→ **What is required**
Could you set down exactly the lines in the records below between the line holding "#196=AXIS2_PLACEMENT_3D('',#93,#195,#34);" and the line holding "#203=ORIENTED_EDGE('',*,*,#202,.F.);", inclusive?

****

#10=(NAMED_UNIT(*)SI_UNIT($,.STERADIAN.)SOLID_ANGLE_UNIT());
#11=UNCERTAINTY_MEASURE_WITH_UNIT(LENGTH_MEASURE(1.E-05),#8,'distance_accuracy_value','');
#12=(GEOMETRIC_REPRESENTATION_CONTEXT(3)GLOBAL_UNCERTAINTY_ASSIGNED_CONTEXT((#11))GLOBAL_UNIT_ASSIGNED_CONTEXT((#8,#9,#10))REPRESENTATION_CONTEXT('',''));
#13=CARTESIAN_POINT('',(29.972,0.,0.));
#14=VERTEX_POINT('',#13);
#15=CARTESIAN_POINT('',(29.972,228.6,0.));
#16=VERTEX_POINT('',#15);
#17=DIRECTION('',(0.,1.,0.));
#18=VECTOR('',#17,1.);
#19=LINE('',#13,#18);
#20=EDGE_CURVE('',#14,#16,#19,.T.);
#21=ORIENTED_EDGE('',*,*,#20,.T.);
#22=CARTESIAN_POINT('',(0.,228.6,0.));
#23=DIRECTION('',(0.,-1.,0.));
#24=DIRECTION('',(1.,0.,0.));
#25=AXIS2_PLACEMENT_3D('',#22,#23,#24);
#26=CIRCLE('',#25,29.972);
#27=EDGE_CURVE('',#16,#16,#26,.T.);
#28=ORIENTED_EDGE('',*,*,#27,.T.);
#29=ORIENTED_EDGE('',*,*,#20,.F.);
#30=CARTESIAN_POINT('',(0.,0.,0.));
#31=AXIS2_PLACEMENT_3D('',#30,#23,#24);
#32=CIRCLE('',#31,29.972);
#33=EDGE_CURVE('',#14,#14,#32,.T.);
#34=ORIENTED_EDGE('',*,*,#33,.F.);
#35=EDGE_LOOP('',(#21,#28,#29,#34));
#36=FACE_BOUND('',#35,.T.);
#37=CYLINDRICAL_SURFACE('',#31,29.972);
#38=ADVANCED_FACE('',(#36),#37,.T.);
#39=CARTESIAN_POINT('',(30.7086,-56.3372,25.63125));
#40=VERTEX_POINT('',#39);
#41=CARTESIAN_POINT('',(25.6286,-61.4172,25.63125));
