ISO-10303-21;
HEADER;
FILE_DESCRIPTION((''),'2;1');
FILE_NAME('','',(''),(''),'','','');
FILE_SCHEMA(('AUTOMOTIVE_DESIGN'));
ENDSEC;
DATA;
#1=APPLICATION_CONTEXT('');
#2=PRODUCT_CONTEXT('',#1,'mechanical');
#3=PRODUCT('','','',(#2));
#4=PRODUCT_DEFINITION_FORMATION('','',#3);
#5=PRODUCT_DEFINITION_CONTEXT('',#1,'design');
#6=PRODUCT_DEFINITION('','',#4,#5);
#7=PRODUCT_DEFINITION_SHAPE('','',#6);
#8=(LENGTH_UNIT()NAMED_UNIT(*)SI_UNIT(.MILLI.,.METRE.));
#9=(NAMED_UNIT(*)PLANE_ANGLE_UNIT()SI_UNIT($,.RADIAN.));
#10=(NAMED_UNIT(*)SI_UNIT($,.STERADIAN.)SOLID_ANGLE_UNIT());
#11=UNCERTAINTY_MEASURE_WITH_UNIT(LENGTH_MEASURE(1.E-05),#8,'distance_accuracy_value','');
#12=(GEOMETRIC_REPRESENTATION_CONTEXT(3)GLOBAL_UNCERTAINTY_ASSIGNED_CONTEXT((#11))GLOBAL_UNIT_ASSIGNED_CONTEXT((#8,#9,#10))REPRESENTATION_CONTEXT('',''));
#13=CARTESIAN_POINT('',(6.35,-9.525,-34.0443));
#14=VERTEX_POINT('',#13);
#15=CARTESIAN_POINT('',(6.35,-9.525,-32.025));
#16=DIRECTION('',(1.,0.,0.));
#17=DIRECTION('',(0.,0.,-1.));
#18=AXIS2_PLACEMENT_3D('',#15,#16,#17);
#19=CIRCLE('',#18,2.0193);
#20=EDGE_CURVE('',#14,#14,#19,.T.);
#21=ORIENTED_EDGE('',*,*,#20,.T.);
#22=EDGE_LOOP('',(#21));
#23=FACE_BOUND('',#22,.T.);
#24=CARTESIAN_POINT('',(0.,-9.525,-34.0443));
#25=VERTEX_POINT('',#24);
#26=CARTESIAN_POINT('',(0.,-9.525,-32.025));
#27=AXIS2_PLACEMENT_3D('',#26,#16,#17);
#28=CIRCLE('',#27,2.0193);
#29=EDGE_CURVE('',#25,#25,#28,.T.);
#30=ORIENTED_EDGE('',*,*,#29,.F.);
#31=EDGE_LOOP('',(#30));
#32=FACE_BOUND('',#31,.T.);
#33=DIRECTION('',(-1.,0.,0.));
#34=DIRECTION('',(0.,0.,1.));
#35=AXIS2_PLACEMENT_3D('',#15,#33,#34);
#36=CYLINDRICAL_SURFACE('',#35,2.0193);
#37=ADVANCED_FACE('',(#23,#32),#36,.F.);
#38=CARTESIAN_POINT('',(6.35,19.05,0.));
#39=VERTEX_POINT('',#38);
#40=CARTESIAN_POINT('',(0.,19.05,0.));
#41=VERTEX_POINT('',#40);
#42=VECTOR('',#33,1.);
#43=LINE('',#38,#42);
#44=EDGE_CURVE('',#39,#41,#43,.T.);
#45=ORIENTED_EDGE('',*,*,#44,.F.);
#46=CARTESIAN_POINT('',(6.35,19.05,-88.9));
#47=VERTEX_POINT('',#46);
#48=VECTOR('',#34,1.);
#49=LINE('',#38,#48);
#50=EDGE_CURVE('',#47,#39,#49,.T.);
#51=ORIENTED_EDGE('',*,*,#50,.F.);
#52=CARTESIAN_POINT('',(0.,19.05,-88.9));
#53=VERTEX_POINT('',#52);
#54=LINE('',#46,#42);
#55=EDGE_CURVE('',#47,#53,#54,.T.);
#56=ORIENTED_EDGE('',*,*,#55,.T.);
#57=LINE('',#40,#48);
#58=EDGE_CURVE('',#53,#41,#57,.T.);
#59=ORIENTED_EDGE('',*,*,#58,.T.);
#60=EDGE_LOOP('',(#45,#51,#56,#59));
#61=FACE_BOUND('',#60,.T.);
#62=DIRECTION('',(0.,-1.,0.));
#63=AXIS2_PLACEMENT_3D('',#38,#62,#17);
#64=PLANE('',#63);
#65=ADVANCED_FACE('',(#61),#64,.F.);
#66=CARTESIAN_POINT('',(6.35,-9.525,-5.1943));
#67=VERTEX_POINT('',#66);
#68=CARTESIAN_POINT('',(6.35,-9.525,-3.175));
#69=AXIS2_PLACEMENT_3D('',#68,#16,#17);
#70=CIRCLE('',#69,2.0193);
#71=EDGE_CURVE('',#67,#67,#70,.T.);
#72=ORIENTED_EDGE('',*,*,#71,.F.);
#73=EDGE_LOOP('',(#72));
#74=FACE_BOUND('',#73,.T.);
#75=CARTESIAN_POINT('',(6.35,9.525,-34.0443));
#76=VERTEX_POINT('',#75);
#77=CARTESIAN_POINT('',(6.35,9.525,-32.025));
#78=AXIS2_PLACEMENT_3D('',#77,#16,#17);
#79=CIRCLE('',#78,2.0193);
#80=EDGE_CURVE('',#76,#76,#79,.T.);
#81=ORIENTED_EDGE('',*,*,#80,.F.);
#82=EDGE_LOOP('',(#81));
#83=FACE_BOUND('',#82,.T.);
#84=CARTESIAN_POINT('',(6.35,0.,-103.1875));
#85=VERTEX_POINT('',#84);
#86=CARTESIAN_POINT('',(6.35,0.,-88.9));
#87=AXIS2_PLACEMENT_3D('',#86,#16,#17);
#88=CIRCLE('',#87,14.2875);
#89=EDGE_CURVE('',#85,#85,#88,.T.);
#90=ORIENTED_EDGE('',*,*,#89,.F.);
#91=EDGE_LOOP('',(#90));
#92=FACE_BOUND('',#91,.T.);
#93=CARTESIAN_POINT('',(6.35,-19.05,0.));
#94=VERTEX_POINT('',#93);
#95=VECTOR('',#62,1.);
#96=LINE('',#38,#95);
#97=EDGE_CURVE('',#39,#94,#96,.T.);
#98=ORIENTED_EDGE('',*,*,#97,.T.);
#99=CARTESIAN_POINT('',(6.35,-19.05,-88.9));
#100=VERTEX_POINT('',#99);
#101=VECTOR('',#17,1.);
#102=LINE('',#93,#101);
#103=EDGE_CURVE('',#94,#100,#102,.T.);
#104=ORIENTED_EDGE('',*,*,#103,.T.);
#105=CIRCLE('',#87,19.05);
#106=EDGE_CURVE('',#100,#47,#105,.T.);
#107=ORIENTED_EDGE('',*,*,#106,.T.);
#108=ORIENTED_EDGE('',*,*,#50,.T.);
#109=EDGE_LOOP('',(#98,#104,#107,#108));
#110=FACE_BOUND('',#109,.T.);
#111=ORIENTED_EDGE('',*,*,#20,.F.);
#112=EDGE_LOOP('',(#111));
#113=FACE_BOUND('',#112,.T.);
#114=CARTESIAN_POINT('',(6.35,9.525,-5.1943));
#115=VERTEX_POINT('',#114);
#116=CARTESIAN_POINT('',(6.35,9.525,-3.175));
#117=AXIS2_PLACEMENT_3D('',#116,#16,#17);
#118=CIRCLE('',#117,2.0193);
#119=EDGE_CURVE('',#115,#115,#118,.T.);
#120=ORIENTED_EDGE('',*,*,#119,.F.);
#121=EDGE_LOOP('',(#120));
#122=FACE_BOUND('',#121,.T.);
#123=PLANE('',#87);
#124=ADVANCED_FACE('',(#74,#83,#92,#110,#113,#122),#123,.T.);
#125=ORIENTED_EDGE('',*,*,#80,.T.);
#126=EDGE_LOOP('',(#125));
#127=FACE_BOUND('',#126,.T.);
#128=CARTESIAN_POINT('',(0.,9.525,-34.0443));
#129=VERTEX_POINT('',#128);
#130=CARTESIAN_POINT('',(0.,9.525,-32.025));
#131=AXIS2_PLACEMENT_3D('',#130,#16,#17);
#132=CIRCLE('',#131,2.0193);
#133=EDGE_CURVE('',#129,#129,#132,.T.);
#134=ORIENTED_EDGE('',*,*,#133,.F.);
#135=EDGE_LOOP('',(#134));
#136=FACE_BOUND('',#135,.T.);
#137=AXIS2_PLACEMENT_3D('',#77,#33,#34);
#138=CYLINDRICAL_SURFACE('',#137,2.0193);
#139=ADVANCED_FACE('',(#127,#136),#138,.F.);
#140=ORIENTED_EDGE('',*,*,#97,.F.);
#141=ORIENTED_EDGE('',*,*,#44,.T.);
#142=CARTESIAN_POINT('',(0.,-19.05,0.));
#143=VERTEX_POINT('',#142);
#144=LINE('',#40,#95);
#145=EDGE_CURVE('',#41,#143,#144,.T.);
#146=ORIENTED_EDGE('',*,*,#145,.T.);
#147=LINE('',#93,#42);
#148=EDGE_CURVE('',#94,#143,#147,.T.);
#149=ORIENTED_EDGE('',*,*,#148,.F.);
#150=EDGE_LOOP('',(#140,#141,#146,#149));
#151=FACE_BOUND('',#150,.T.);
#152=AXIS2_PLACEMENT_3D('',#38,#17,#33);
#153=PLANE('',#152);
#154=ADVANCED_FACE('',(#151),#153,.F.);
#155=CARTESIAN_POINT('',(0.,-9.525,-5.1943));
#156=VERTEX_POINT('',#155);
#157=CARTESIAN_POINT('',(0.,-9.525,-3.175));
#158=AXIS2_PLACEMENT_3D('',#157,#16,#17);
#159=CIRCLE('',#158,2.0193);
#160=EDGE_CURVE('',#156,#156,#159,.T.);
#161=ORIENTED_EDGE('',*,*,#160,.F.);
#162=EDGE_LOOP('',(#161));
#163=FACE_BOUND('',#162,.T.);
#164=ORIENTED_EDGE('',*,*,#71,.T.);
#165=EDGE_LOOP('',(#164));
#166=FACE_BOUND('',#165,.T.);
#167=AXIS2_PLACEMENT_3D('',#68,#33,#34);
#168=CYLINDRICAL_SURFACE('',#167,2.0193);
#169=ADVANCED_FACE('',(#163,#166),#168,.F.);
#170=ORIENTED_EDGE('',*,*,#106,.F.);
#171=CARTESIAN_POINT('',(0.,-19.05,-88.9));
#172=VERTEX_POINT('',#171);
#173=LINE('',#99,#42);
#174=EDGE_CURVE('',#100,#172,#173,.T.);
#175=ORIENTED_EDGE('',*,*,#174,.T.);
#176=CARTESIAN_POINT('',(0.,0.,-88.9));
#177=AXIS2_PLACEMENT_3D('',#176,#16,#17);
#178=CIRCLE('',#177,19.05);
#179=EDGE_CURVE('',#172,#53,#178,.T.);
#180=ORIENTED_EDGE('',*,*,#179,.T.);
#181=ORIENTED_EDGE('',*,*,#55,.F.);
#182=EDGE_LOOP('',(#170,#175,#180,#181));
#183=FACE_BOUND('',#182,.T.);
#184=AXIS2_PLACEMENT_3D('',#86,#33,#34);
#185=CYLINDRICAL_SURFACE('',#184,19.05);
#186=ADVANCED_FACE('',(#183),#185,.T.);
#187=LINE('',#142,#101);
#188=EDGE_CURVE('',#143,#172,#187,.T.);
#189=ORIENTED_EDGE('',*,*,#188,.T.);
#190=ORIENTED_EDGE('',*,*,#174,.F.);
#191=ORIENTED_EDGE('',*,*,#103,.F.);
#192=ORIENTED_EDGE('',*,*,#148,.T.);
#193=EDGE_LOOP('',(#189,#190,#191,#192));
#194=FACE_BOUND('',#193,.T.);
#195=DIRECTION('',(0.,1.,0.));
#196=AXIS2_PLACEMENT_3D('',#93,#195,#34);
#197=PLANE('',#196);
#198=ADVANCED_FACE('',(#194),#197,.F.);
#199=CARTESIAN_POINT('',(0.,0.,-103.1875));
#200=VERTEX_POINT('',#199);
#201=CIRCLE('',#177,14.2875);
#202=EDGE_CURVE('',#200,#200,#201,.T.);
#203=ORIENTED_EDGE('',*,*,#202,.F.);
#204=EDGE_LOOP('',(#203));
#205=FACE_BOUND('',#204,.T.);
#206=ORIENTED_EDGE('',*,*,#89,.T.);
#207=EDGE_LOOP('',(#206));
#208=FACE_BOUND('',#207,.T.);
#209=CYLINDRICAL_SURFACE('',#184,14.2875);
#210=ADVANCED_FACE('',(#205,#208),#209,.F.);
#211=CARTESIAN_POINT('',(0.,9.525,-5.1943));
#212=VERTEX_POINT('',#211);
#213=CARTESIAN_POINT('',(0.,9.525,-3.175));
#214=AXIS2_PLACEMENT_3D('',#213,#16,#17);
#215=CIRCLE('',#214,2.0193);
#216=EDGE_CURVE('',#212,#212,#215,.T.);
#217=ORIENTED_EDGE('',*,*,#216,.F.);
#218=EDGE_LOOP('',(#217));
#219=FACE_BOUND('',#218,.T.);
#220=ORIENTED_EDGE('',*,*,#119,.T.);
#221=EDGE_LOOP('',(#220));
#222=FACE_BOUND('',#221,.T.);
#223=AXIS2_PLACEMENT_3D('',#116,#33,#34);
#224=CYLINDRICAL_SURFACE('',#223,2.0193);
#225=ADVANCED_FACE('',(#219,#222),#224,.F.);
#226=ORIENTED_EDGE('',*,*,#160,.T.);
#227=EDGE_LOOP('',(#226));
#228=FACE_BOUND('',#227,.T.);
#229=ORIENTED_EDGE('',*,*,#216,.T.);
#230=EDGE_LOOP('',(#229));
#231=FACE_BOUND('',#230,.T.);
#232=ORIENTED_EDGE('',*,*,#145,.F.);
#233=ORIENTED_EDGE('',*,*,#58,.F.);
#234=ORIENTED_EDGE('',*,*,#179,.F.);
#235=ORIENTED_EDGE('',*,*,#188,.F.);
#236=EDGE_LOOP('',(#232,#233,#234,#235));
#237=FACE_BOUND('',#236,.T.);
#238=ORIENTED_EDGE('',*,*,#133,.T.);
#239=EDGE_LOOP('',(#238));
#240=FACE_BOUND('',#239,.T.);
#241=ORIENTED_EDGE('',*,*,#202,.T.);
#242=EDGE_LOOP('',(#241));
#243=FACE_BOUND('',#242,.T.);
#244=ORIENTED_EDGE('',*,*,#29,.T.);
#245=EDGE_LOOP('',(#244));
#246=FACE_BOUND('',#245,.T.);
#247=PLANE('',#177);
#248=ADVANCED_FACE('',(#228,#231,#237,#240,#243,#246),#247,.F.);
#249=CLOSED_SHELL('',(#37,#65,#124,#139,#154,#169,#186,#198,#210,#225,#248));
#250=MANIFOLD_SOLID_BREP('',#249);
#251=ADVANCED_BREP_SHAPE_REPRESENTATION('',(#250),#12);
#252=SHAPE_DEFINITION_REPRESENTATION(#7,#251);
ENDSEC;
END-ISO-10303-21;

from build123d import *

# Parameters (mm, degrees)
SKETCH2_R           = 14.2875
SKETCH2_R_2         = 2.0193
BOSS_EXTRUDE1_DEPTH = 6.35


with BuildPart() as part:
    # Sketch2 → Boss-Extrude1 (new body)
    with BuildSketch(Plane(origin=(0, 0, 0), x_dir=(0, 0, -1), z_dir=(1, 0, 0))):
        with BuildLine():
            Line((0, 19.05), (0, -19.05))
            Line((0, -19.05), (88.9, -19.05))
            ThreePointArc((88.9, -19.05), (107.95, 0), (88.9, 19.05))
            Line((88.9, 19.05), (0, 19.05))
        make_face()
        with Locations((88.9, 0)):
            Circle(SKETCH2_R, mode=Mode.SUBTRACT)
        with Locations((3.175, -9.525)):
            Circle(SKETCH2_R_2, mode=Mode.SUBTRACT)
        with Locations((3.175, 9.525)):
            Circle(SKETCH2_R_2, mode=Mode.SUBTRACT)
        with Locations((32.025, -9.525)):
            Circle(SKETCH2_R_2, mode=Mode.SUBTRACT)
        with Locations((32.025, 9.525)):
            Circle(SKETCH2_R_2, mode=Mode.SUBTRACT)
    extrude(amount=BOSS_EXTRUDE1_DEPTH)


solid = part.part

****

→ **Result below**
#196=AXIS2_PLACEMENT_3D('',#93,#195,#34);
#197=PLANE('',#196);
#198=ADVANCED_FACE('',(#194),#197,.F.);
#199=CARTESIAN_POINT('',(0.,0.,-103.1875));
#200=VERTEX_POINT('',#199);
#201=CIRCLE('',#177,14.2875);
#202=EDGE_CURVE('',#200,#200,#201,.T.);
#203=ORIENTED_EDGE('',*,*,#202,.F.);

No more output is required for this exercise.